Action item
Keyword search on "amount": report each line of the records that contains it.

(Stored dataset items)
* * *
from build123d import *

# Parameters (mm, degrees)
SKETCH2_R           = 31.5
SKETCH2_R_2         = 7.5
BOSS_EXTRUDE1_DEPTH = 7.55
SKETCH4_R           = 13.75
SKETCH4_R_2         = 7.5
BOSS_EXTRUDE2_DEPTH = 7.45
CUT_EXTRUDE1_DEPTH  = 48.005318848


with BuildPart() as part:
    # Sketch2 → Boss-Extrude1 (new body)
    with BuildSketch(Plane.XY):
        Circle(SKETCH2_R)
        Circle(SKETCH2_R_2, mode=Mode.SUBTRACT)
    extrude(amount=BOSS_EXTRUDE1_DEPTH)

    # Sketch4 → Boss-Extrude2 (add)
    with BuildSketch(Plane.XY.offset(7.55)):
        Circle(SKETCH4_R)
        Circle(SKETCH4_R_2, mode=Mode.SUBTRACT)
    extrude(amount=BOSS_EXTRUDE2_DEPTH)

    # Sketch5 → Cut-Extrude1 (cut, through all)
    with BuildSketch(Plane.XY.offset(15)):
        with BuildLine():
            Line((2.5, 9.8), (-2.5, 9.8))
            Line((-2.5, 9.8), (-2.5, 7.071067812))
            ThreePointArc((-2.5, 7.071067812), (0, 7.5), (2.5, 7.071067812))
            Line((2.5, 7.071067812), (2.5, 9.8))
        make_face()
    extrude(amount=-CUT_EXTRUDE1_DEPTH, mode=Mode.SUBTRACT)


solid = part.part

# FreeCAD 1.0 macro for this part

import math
import FreeCAD as App
import Part
import Sketcher

doc = App.newDocument("Part")
body = doc.addObject("PartDesign::Body", "Body")

# Sketch on XY plane
sketch1 = doc.addObject("Sketcher::SketchObject", "Sketch")
body.addObject(sketch1)
sketch1.AttachmentSupport = (doc.XY_Plane, [""])
sketch1.MapMode = "FlatFace"
sketch1.addGeometry([
    Part.Circle(App.Vector(0, 0, 0), App.Vector(0, 0, 1), 32),
    Part.Circle(App.Vector(0, 0, 0), App.Vector(0, 0, 1), 8),
], False)
sketch1.addConstraint([
    Sketcher.Constraint("Coincident", 0, 3, -1, 1),
    Sketcher.Constraint("Coincident", 1, 3, -1, 1),
    Sketcher.Constraint("Diameter", 0, 63.0),
    Sketcher.Constraint("Diameter", 1, 15.0),
])
pad1 = doc.addObject("PartDesign::Pad", "Pad")
body.addObject(pad1)
pad1.Profile = sketch1
pad1.Length = 7.55

# Sketch on XY plane
sketch2 = doc.addObject("Sketcher::SketchObject", "Sketch001")
body.addObject(sketch2)
sketch2.AttachmentSupport = (doc.XY_Plane, [""])
sketch2.MapMode = "FlatFace"
sketch2.AttachmentOffset = App.Placement(App.Vector(0, 0, 7.55), App.Rotation())
sketch2.addGeometry([
    Part.Circle(App.Vector(0, 0, 0), App.Vector(0, 0, 1), 14),
    Part.Circle(App.Vector(0, 0, 0), App.Vector(0, 0, 1), 8),
], False)
sketch2.addConstraint([
    Sketcher.Constraint("Coincident", 0, 3, -1, 1),
    Sketcher.Constraint("Coincident", 1, 3, -1, 1),
    Sketcher.Constraint("Diameter", 1, 15.0),
    Sketcher.Constraint("Diameter", 0, 27.5),
])
pad2 = doc.addObject("PartDesign::Pad", "Pad001")
body.addObject(pad2)
pad2.Profile = sketch2
pad2.Length = 7.45

# Sketch on XY plane
sketch3 = doc.addObject("Sketcher::SketchObject", "Sketch002")
body.addObject(sketch3)
sketch3.AttachmentSupport = (doc.XY_Plane, [""])
sketch3.MapMode = "FlatFace"
sketch3.AttachmentOffset = App.Placement(App.Vector(0, 0, 15), App.Rotation())
sketch3.addGeometry([
    Part.LineSegment(App.Vector(2.5, 9.8, 0), App.Vector(-2.5, 9.8, 0)),
    Part.LineSegment(App.Vector(-2.5, 9.8, 0), App.Vector(-2.5, 7.1, 0)),
    Part.ArcOfCircle(Part.Circle(App.Vector(0, 0, 0), App.Vector(0, 0, 1), 7.5), math.radians(71), math.radians(109)),
    Part.LineSegment(App.Vector(2.5, 7.1, 0), App.Vector(2.5, 9.8, 0)),
], False)
sketch3.addConstraint([
    Sketcher.Constraint("Coincident", 0, 2, 1, 1),
    Sketcher.Constraint("Coincident", 1, 2, 2, 2),
    Sketcher.Constraint("Coincident", 2, 1, 3, 1),
    Sketcher.Constraint("Coincident", 3, 2, 0, 1),
    Sketcher.Constraint("Horizontal", 0),
    Sketcher.Constraint("Vertical", 1),
    Sketcher.Constraint("Vertical", 3),
    Sketcher.Constraint("Coincident", 2, 3, -1, 1),
    Sketcher.Constraint("Horizontal", 1, 2, 2, 1),
    Sketcher.Constraint("Radius", 2, 7.5),
    Sketcher.Constraint("DistanceX", 0, 2, 0, 1, 5.0),
    Sketcher.Constraint("DistanceY", -1, 1, 0, 2, 9.8),
])
pocket1 = doc.addObject("PartDesign::Pocket", "Pocket")
body.addObject(pocket1)
pocket1.Profile = sketch3
pocket1.Type = "ThroughAll"

doc.recompute()
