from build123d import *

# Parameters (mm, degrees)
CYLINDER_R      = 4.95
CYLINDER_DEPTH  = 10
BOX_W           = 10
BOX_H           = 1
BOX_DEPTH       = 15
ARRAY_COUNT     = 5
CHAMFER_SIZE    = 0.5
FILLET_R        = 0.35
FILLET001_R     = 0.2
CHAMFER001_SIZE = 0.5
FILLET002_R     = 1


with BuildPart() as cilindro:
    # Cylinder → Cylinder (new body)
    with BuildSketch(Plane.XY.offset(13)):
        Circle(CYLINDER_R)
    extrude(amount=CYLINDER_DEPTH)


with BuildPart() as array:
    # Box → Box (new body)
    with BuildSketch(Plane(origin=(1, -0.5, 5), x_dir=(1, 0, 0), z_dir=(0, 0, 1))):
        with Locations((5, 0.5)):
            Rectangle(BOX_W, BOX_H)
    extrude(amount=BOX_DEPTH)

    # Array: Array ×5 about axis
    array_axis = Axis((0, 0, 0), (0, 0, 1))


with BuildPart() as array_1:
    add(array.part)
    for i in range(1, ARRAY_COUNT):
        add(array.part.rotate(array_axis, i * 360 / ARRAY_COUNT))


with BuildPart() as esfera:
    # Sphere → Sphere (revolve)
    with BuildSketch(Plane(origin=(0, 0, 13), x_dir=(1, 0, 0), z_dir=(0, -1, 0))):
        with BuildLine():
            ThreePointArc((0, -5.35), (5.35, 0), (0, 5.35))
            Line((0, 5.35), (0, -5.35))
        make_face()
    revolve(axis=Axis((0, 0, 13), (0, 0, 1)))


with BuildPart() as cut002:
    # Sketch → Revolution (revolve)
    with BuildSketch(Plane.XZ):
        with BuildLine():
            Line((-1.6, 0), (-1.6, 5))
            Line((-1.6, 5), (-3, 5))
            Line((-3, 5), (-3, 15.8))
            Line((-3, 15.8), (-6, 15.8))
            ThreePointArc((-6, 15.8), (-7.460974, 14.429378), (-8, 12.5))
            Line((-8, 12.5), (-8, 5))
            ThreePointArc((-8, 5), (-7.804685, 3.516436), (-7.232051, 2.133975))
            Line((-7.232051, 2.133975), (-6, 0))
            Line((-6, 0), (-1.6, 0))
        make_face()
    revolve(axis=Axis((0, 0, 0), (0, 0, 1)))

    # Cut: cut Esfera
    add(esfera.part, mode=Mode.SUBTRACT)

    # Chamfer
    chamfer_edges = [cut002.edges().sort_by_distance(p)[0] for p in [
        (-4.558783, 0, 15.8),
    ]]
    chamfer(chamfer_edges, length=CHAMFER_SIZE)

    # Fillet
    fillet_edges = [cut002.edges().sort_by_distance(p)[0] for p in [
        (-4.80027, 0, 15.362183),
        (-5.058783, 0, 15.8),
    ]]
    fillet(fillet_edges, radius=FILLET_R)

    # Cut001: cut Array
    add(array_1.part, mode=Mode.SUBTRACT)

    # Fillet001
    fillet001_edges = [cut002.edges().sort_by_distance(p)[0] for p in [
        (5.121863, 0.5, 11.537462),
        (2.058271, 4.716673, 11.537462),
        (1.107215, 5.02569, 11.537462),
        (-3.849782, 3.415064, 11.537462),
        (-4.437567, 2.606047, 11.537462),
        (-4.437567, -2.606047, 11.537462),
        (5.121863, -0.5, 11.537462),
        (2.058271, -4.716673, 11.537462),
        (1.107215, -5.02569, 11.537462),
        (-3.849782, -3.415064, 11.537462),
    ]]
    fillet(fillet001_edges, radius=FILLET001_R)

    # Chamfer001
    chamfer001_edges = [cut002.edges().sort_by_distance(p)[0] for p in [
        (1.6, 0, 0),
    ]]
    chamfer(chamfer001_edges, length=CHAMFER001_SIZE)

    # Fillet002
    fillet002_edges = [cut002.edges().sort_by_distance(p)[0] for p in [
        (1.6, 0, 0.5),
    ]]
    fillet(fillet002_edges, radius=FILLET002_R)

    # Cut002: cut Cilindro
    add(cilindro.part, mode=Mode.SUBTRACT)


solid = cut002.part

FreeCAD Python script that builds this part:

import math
import FreeCAD as App
import Part
import Sketcher

V = App.Vector
Q = App.Units.Quantity


def edges_at(feature, points):
    """Names of the edges that pass closest to the given points."""
    edges = feature.Shape.Edges
    near = lambda p: min(range(len(edges)), key=lambda i: edges[i].distToShape(Part.Vertex(*p))[0])
    return sorted({f"Edge{near(p) + 1}" for p in points})


def add_polygon(sketch, points):
    """Adds a closed chain of lines whose ends are joined by coincident constraints."""
    first, n = sketch.GeometryCount, len(points)
    for a, b in zip(points, points[1:] + points[:1]):
        sketch.addGeometry(Part.LineSegment(App.Vector(*a, 0), App.Vector(*b, 0)), False)
    for i in range(n):
        sketch.addConstraint(Sketcher.Constraint("Coincident", first + i, 2, first + (i + 1) % n, 1))

doc = App.newDocument("Part")
params = doc.addObject("Spreadsheet::Sheet", "Params")
for row, (alias, value) in enumerate([
    ("sketch1_diameter", "9.9 mm"),
    ("pad1_length", "10 mm"),
    ("sketch2_width", "10 mm"),
    ("sketch2_height", "1 mm"),
    ("pad2_length", "15 mm"),
    ("sketch3_radius", "5.35 mm"),
    ("revolution_angle", "360 deg"),
    ("sketch4_width", "3 mm"),
    ("sketch4_height", "5 mm"),
    ("sketch4_width2", "1.4 mm"),
    ("sketch4_height2", "10.8 mm"),
    ("sketch4_height3", "7.5 mm"),
    ("revolution2_angle", "360 deg"),
    ("chamfer_size", "0.5 mm"),
    ("fillet_radius", "0.35 mm"),
    ("fillet2_radius", "0.2 mm"),
    ("chamfer2_size", "0.5 mm"),
    ("fillet3_radius", "1 mm"),
], start=1):
    params.set(f"A{row}", alias)
    params.set(f"B{row}", "=" + value)
    params.setAlias(f"B{row}", alias)

body = doc.addObject("PartDesign::Body", "Body")

# Sketch on XY plane
sketch1 = body.newObject("Sketcher::SketchObject", "Sketch")
sketch1.AttachmentSupport = (doc.getObject("XY_Plane"), [""])
sketch1.MapMode = "FlatFace"
sketch1.AttachmentOffset = App.Placement(V(0, 0, 13), App.Rotation())
sketch1.addGeometry(Part.Circle(V(0, 0, 0), V(0, 0, 1), 5), False)
sketch1.addConstraint(Sketcher.Constraint("Coincident", 0, 3, -1, 1))
sketch1.addConstraint(Sketcher.Constraint("Diameter", 0, Q("9.9 mm")))
sketch1.setExpression("Constraints[1]", "Params.sketch1_diameter")
pad1 = body.newObject("PartDesign::Pad", "Pad")
pad1.Profile = sketch1
pad1.setExpression("Length", "Params.pad1_length")
body2 = doc.addObject("PartDesign::Body", "Body001")

# Sketch on XY plane
sketch2 = body2.newObject("Sketcher::SketchObject", "Sketch001")
sketch2.AttachmentSupport = (doc.getObject("XY_Plane001"), [""])
sketch2.MapMode = "FlatFace"
sketch2.AttachmentOffset = App.Placement(V(0, 0, 5), App.Rotation())
add_polygon(sketch2, [(1, 0.5), (1, -0.5), (11, -0.5), (11, 0.5)])  # lines 0-3
sketch2.addConstraint(Sketcher.Constraint("Vertical", 0))
sketch2.addConstraint(Sketcher.Constraint("Horizontal", 1))
sketch2.addConstraint(Sketcher.Constraint("Vertical", 2))
sketch2.addConstraint(Sketcher.Constraint("Horizontal", 3))
sketch2.addConstraint(Sketcher.Constraint("DistanceX", 1, 1, 1, 2, Q("10 mm")))
sketch2.addConstraint(Sketcher.Constraint("DistanceY", 0, 2, 0, 1, Q("1 mm")))
sketch2.addConstraint(Sketcher.Constraint("DistanceX", -1, 1, 0, 2, Q("1 mm")))
sketch2.addConstraint(Sketcher.Constraint("DistanceY", 0, 2, -1, 1, Q("0.5 mm")))
sketch2.setExpression("Constraints[8]", "Params.sketch2_width")
sketch2.setExpression("Constraints[9]", "Params.sketch2_height")
pad2 = body2.newObject("PartDesign::Pad", "Pad001")
pad2.Profile = sketch2
pad2.setExpression("Length", "Params.pad2_length")
body3 = doc.addObject("PartDesign::Body", "Body002")
body3.AllowCompound = True
doc.recompute()

body3.BaseFeature = body2
doc.recompute()

body4 = doc.addObject("PartDesign::Body", "Body003")
body4.BaseFeature = body2
body4.Placement = App.Placement(V(0, 0, 0), App.Rotation(V(0, 0, 1), 72))
boolean = body3.newObject("PartDesign::Boolean", "Boolean")
boolean.Type = "Fuse"
boolean.addObjects([body4])
doc.recompute()

body5 = doc.addObject("PartDesign::Body", "Body004")
body5.BaseFeature = body2
body5.Placement = App.Placement(V(0, 0, 0), App.Rotation(V(0, 0, 1), 144))
boolean2 = body3.newObject("PartDesign::Boolean", "Boolean001")
boolean2.Type = "Fuse"
boolean2.addObjects([body5])
doc.recompute()

body6 = doc.addObject("PartDesign::Body", "Body005")
body6.BaseFeature = body2
body6.Placement = App.Placement(V(0, 0, 0), App.Rotation(V(0, 0, 1), 216))
boolean3 = body3.newObject("PartDesign::Boolean", "Boolean002")
boolean3.Type = "Fuse"
boolean3.addObjects([body6])
doc.recompute()

body2.Placement = App.Placement(V(0, 0, 0), App.Rotation(V(0, 0, 1), 288))
boolean4 = body3.newObject("PartDesign::Boolean", "Boolean003")
boolean4.Type = "Fuse"
boolean4.addObjects([body2])
body7 = doc.addObject("PartDesign::Body", "Body006")

# Sketch on XZ plane
sketch3 = body7.newObject("Sketcher::SketchObject", "Sketch002")
sketch3.AttachmentSupport = (doc.getObject("XZ_Plane006"), [""])
sketch3.MapMode = "FlatFace"
sketch3.addGeometry(Part.ArcOfCircle(Part.Circle(V(0, 13, 0), V(0, 0, 1), 5), math.radians(-90), math.radians(90)), False)
sketch3.addGeometry(Part.LineSegment(V(0, 18, 0), V(0, 8, 0)), False)
sketch3.addConstraint(Sketcher.Constraint("Coincident", 0, 1, 1, 2))
sketch3.addConstraint(Sketcher.Constraint("Coincident", 1, 1, 0, 2))
sketch3.addConstraint(Sketcher.Constraint("Vertical", 1))
sketch3.addConstraint(Sketcher.Constraint("PointOnObject", 0, 3, -2))
sketch3.addConstraint(Sketcher.Constraint("PointOnObject", 0, 1, -2))
sketch3.addConstraint(Sketcher.Constraint("Radius", 0, Q("5.35 mm")))
sketch3.addConstraint(Sketcher.Constraint("DistanceY", -1, 1, 0, 3, Q("13 mm")))
sketch3.setExpression("Constraints[5]", "Params.sketch3_radius")
revolution = body7.newObject("PartDesign::Revolution", "Revolution")
revolution.Profile = sketch3
revolution.ReferenceAxis = (sketch3, ["V_Axis"])
revolution.setExpression("Angle", "Params.revolution_angle")
body8 = doc.addObject("PartDesign::Body", "Body007")

# Sketch on XZ plane
sketch4 = body8.newObject("Sketcher::SketchObject", "Sketch003")
sketch4.AttachmentSupport = (doc.getObject("XZ_Plane007"), [""])
sketch4.MapMode = "FlatFace"
sketch4.addGeometry(Part.LineSegment(V(-1.6, 0, 0), V(-1.6, 5, 0)), False)
sketch4.addGeometry(Part.LineSegment(V(-1.6, 5, 0), V(-3, 5, 0)), False)
sketch4.addGeometry(Part.LineSegment(V(-3, 5, 0), V(-3, 15.8, 0)), False)
sketch4.addGeometry(Part.LineSegment(V(-3, 15.8, 0), V(-6, 15.8, 0)), False)
sketch4.addGeometry(Part.ArcOfCircle(Part.Circle(V(-4.3, 12.5, 0), V(0, 0, 1), 3.7), math.radians(118), math.radians(180)), False)
sketch4.addGeometry(Part.LineSegment(V(-8, 12.5, 0), V(-8, 5, 0)), False)
sketch4.addGeometry(Part.ArcOfCircle(Part.Circle(V(-2.3, 5, 0), V(0, 0, 1), 5.7), math.radians(-180), math.radians(-150)), False)
sketch4.addGeometry(Part.LineSegment(V(-7.2, 2.1, 0), V(-6, 0, 0)), False)
sketch4.addGeometry(Part.LineSegment(V(-6, 0, 0), V(-1.6, 0, 0)), False)
sketch4.addConstraint(Sketcher.Constraint("Coincident", 0, 2, 1, 1))
sketch4.addConstraint(Sketcher.Constraint("Coincident", 1, 2, 2, 1))
sketch4.addConstraint(Sketcher.Constraint("Coincident", 2, 2, 3, 1))
sketch4.addConstraint(Sketcher.Constraint("Coincident", 3, 2, 4, 1))
sketch4.addConstraint(Sketcher.Constraint("Tangent", 4, 2, 5, 1))
sketch4.addConstraint(Sketcher.Constraint("Tangent", 5, 2, 6, 1))
sketch4.addConstraint(Sketcher.Constraint("Tangent", 6, 2, 7, 1))
sketch4.addConstraint(Sketcher.Constraint("Coincident", 7, 2, 8, 1))
sketch4.addConstraint(Sketcher.Constraint("Coincident", 8, 2, 0, 1))
sketch4.addConstraint(Sketcher.Constraint("Vertical", 0))
sketch4.addConstraint(Sketcher.Constraint("Horizontal", 1))
sketch4.addConstraint(Sketcher.Constraint("Vertical", 2))
sketch4.addConstraint(Sketcher.Constraint("Horizontal", 3))
sketch4.addConstraint(Sketcher.Constraint("Vertical", 5))
sketch4.addConstraint(Sketcher.Constraint("Horizontal", 8))
sketch4.addConstraint(Sketcher.Constraint("PointOnObject", 7, 2, -1))
sketch4.addConstraint(Sketcher.Constraint("Horizontal", 6, 3, 0, 2))
sketch4.addConstraint(Sketcher.Constraint("Vertical", 3, 2, 7, 2))
sketch4.addConstraint(Sketcher.Constraint("DistanceX", 3, 2, 3, 1, Q("3 mm")))
sketch4.addConstraint(Sketcher.Constraint("DistanceY", 0, 1, 0, 2, Q("5 mm")))
sketch4.addConstraint(Sketcher.Constraint("Angle", 7, Q("-60.000001 deg")))
sketch4.addConstraint(Sketcher.Constraint("DistanceX", 1, 2, 1, 1, Q("1.4 mm")))
sketch4.addConstraint(Sketcher.Constraint("DistanceY", 2, 1, 2, 2, Q("10.8 mm")))
sketch4.addConstraint(Sketcher.Constraint("DistanceY", 5, 2, 5, 1, Q("7.5 mm")))
sketch4.addConstraint(Sketcher.Constraint("DistanceX", 1, 2, -1, 1, Q("3 mm")))
sketch4.addConstraint(Sketcher.Constraint("DistanceX", 4, 2, -1, 1, Q("8 mm")))
sketch4.setExpression("Constraints[18]", "Params.sketch4_width")
sketch4.setExpression("Constraints[19]", "Params.sketch4_height")
sketch4.setExpression("Constraints[21]", "Params.sketch4_width2")
sketch4.setExpression("Constraints[22]", "Params.sketch4_height2")
sketch4.setExpression("Constraints[23]", "Params.sketch4_height3")
revolution2 = body8.newObject("PartDesign::Revolution", "Revolution001")
revolution2.Profile = sketch4
revolution2.ReferenceAxis = (sketch4, ["V_Axis"])
revolution2.setExpression("Angle", "Params.revolution2_angle")
doc.recompute()

boolean5 = body8.newObject("PartDesign::Boolean", "Boolean004")
boolean5.Type = "Cut"
boolean5.addObjects([body7])
doc.recompute()

chamfer = body8.newObject("PartDesign::Chamfer", "Chamfer")
chamfer.Base = (boolean5, edges_at(boolean5, [(-4.559, 0, 15.8)]))
chamfer.setExpression("Size", "Params.chamfer_size")
doc.recompute()

fillet = body8.newObject("PartDesign::Fillet", "Fillet")
fillet.Base = (chamfer, edges_at(chamfer, [(-4.8, 0, 15.362), (-5.059, 0, 15.8)]))
fillet.setExpression("Radius", "Params.fillet_radius")
doc.recompute()

boolean6 = body8.newObject("PartDesign::Boolean", "Boolean005")
boolean6.Type = "Cut"
boolean6.addObjects([body3])
doc.recompute()

fillet2 = body8.newObject("PartDesign::Fillet", "Fillet001")
fillet2.Base = (boolean6, edges_at(boolean6, [
    (5.122, 0.5, 11.537),
    (2.058, 4.717, 11.537),
    (1.107, 5.026, 11.537),
    (-3.85, 3.415, 11.537),
    (-4.438, 2.606, 11.537),
    (-4.438, -2.606, 11.537),
    (5.122, -0.5, 11.537),
    (2.058, -4.717, 11.537),
    (1.107, -5.026, 11.537),
    (-3.85, -3.415, 11.537),
]))
fillet2.setExpression("Radius", "Params.fillet2_radius")
doc.recompute()

chamfer2 = body8.newObject("PartDesign::Chamfer", "Chamfer001")
chamfer2.Base = (fillet2, edges_at(fillet2, [(1.6, 0, 0)]))
chamfer2.setExpression("Size", "Params.chamfer2_size")
doc.recompute()

fillet3 = body8.newObject("PartDesign::Fillet", "Fillet002")
fillet3.Base = (chamfer2, edges_at(chamfer2, [(1.6, 0, 0.5)]))
fillet3.setExpression("Radius", "Params.fillet3_radius")
doc.recompute()

boolean7 = body8.newObject("PartDesign::Boolean", "Boolean006")
boolean7.Type = "Cut"
boolean7.addObjects([body])

doc.recompute()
* * *
Expected output
    extrude(amount=BOSS_EXTRUDE1_DEPTH)
    extrude(amount=BOSS_EXTRUDE2_DEPTH)
    extrude(amount=-CUT_EXTRUDE1_DEPTH, mode=Mode.SUBTRACT)
    extrude(amount=CYLINDER_DEPTH)
    extrude(amount=BOX_DEPTH)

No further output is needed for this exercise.